5. En quatrième et dernier lieu, Mme C... se prévaut des dispositions de l’article 8 de la convention européenne de sauvegarde des droits de l’homme et des libertés fondamentales et doit être regardé comme invoquant les dispositions de l’article 17 du règlement européen n° 604/2013 dès lors que sa sœur aînée aurait également déposé une demande d’asile qui serait instruite en France. Toutefois, Mme C... n’établit sa parenté avec Mme D... que par une attestation d’hébergement de l’association France Terre d’Asile, qui n’a aucune valeur juridique quant aux liens de parenté allégués, d’autant que les enfants dont le nom est mentionné ne porte pas le même nom que leur mère. Par ailleurs, la requérante n’établit par aucune pièce que sa présence serait indispensable auprès de Mme D..., comme le préfet le mentionne dans son arrêté. Par suite, la décision attaquée n’a méconnu ni les stipulations de l’article 8 de la convention européenne de sauvegarde des droits de l’homme et des libertés fondamentales ni les dispositions de l’article 17 du règlement européen susvisé.

6. Il résulte de tout ce qui précède que Mme C... n’est pas fondée à demander l’annulation de l’arrêté du préfet de l’Essonne du 11 décembre 2025 et sa requête doit être rejetée dans toutes ses conclusions.

D E C I D E :


Article 1er : La requête de Mme C... est rejetée.
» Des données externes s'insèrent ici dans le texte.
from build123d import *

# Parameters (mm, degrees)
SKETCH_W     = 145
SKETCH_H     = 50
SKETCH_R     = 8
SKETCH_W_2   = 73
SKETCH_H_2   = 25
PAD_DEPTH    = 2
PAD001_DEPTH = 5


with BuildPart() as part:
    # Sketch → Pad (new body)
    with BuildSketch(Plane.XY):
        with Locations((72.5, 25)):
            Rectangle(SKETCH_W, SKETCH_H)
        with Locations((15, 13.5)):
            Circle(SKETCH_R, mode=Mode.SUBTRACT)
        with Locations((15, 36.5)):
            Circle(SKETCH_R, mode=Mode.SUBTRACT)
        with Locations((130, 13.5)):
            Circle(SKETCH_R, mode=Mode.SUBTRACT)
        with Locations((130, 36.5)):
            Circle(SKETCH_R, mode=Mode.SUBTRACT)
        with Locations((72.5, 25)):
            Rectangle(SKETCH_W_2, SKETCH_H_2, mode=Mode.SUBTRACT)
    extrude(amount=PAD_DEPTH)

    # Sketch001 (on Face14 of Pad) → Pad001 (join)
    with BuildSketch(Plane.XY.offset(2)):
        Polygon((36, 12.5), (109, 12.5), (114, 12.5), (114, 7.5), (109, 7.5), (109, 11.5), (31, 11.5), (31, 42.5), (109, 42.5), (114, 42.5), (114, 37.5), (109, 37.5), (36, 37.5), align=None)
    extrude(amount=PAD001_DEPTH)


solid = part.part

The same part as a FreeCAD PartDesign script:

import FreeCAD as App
import Part
import Sketcher

V = App.Vector


def add_polygon(sketch, points):
    """Adds a closed chain of lines whose ends are joined by coincident constraints."""
    first, n = sketch.GeometryCount, len(points)
    for a, b in zip(points, points[1:] + points[:1]):
        sketch.addGeometry(Part.LineSegment(App.Vector(*a, 0), App.Vector(*b, 0)), False)
    for i in range(n):
        sketch.addConstraint(Sketcher.Constraint("Coincident", first + i, 2, first + (i + 1) % n, 1))

doc = App.newDocument("Part")
body = doc.addObject("PartDesign::Body", "Body")

# Sketch on XY plane
sketch1 = doc.addObject("Sketcher::SketchObject", "Sketch")
body.addObject(sketch1)
sketch1.AttachmentSupport = (doc.XY_Plane, [""])
sketch1.MapMode = "FlatFace"
add_polygon(sketch1, [(0, 50), (0, 0), (145, 0), (145, 50)])  # lines 0-3
sketch1.addGeometry(Part.Circle(V(15, 14, 0), V(0, 0, 1), 8), False)  # 4
sketch1.addGeometry(Part.Circle(V(130, 14, 0), V(0, 0, 1), 8), False)  # 5
sketch1.addGeometry(Part.Circle(V(15, 36, 0), V(0, 0, 1), 8), False)  # 6
add_polygon(sketch1, [(109, 12), (36, 12), (36, 38), (109, 38)])  # lines 7-10
sketch1.addGeometry(Part.Circle(V(130, 36, 0), V(0, 0, 1), 8), False)  # 11
sketch1.addConstraint(Sketcher.Constraint("Vertical", 0))
sketch1.addConstraint(Sketcher.Constraint("Horizontal", 1))
sketch1.addConstraint(Sketcher.Constraint("Vertical", 2))
sketch1.addConstraint(Sketcher.Constraint("Horizontal", 3))
sketch1.addConstraint(Sketcher.Constraint("Horizontal", 7))
sketch1.addConstraint(Sketcher.Constraint("Vertical", 8))
sketch1.addConstraint(Sketcher.Constraint("Horizontal", 9))
sketch1.addConstraint(Sketcher.Constraint("Vertical", 10))
sketch1.addConstraint(Sketcher.Constraint("Coincident", 0, 2, -1, 1))
sketch1.addConstraint(Sketcher.Constraint("Equal", 4, 5))
sketch1.addConstraint(Sketcher.Constraint("Equal", 5, 6))
sketch1.addConstraint(Sketcher.Constraint("Equal", 6, 11))
sketch1.addConstraint(Sketcher.Constraint("Horizontal", 4, 3, 5, 3))
sketch1.addConstraint(Sketcher.Constraint("Horizontal", 6, 3, 11, 3))
sketch1.addConstraint(Sketcher.Constraint("Vertical", 4, 3, 6, 3))
sketch1.addConstraint(Sketcher.Constraint("Vertical", 5, 3, 11, 3))
sketch1.addConstraint(Sketcher.Constraint("Diameter", 4, 16.0))
sketch1.addConstraint(Sketcher.Constraint("DistanceX", 1, 1, 1, 2, 145.0))
sketch1.addConstraint(Sketcher.Constraint("DistanceX", 7, 2, 7, 1, 73.0))
sketch1.addConstraint(Sketcher.Constraint("DistanceY", 0, 2, 0, 1, 50.0))
sketch1.addConstraint(Sketcher.Constraint("DistanceY", 8, 1, 8, 2, 25.0))
sketch1.addConstraint(Sketcher.Constraint("DistanceX", -1, 1, 4, 3, 15.0))
sketch1.addConstraint(Sketcher.Constraint("DistanceX", -1, 1, 5, 3, 130.0))
sketch1.addConstraint(Sketcher.Constraint("DistanceX", -1, 1, 7, 2, 36.0))
sketch1.addConstraint(Sketcher.Constraint("DistanceY", 4, 3, 6, 3, 23.0))
sketch1.addConstraint(Sketcher.Constraint("DistanceY", 7, 2, 4, 3, 1.0))
sketch1.addConstraint(Sketcher.Constraint("DistanceY", -1, 1, 4, 3, 13.5))
pad1 = doc.addObject("PartDesign::Pad", "Pad")
body.addObject(pad1)
pad1.Profile = sketch1
pad1.Length = 2

# Sketch on XY plane
sketch2 = doc.addObject("Sketcher::SketchObject", "Sketch001")
body.addObject(sketch2)
sketch2.AttachmentSupport = (doc.XY_Plane, [""])
sketch2.MapMode = "FlatFace"
sketch2.AttachmentOffset = App.Placement(V(0, 0, 2), App.Rotation())
add_polygon(sketch2, [(114, 12.5), (36, 12.5), (36, 37.5), (114, 37.5), (114, 42.5), (31, 42.5), (31, 11.5), (109, 11.5), (109, 7.5), (114, 7.5)])  # lines 0-9
sketch2.addConstraint(Sketcher.Constraint("Horizontal", 0))
sketch2.addConstraint(Sketcher.Constraint("Vertical", 1))
sketch2.addConstraint(Sketcher.Constraint("Horizontal", 2))
sketch2.addConstraint(Sketcher.Constraint("Vertical", 3))
sketch2.addConstraint(Sketcher.Constraint("Horizontal", 4))
sketch2.addConstraint(Sketcher.Constraint("Vertical", 5))
sketch2.addConstraint(Sketcher.Constraint("Horizontal", 6))
sketch2.addConstraint(Sketcher.Constraint("Vertical", 7))
sketch2.addConstraint(Sketcher.Constraint("Horizontal", 8))
sketch2.addConstraint(Sketcher.Constraint("Vertical", 9))
sketch2.addConstraint(Sketcher.Constraint("Vertical", 3, 2, 8, 2))
sketch2.addConstraint(Sketcher.Constraint("Equal", 2, 6))
sketch2.addConstraint(Sketcher.Constraint("Equal", 8, 3))
sketch2.addConstraint(Sketcher.Constraint("Equal", 3, 9))
sketch2.addConstraint(Sketcher.Constraint("DistanceX", 0, 2, 0, 1, 78.0))
sketch2.addConstraint(Sketcher.Constraint("DistanceX", 4, 2, 4, 1, 83.0))
sketch2.addConstraint(Sketcher.Constraint("DistanceY", 1, 1, 1, 2, 25.0))
sketch2.addConstraint(Sketcher.Constraint("DistanceY", 5, 2, 5, 1, 31.0))
sketch2.addConstraint(Sketcher.Constraint("DistanceX", -1, 1, 0, 2, 36.0))
sketch2.addConstraint(Sketcher.Constraint("DistanceY", -1, 1, 0, 2, 12.5))
pad2 = doc.addObject("PartDesign::Pad", "Pad001")
body.addObject(pad2)
pad2.Profile = sketch2
pad2.Length = 5

doc.recompute()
Article 2 : Le présent jugement sera notifié à Mme B... C... et au ministre de l’Intérieur.

Copie en sera adressée au préfet de l’Essonne.



Rendu public par mise à disposition au greffe le 22 janvier2026.


Le magistrat désigné,

signé

C. GosselinLe greffier,

signé

T. Rion

La République mande et ordonne au ministre de l’Intérieur, en ce qui le concerne, ou à tous commissaires de justice à ce requis, en ce qui concerne les voies de droit commun contre les parties privées, de pourvoir à l’exécution de la présente décision.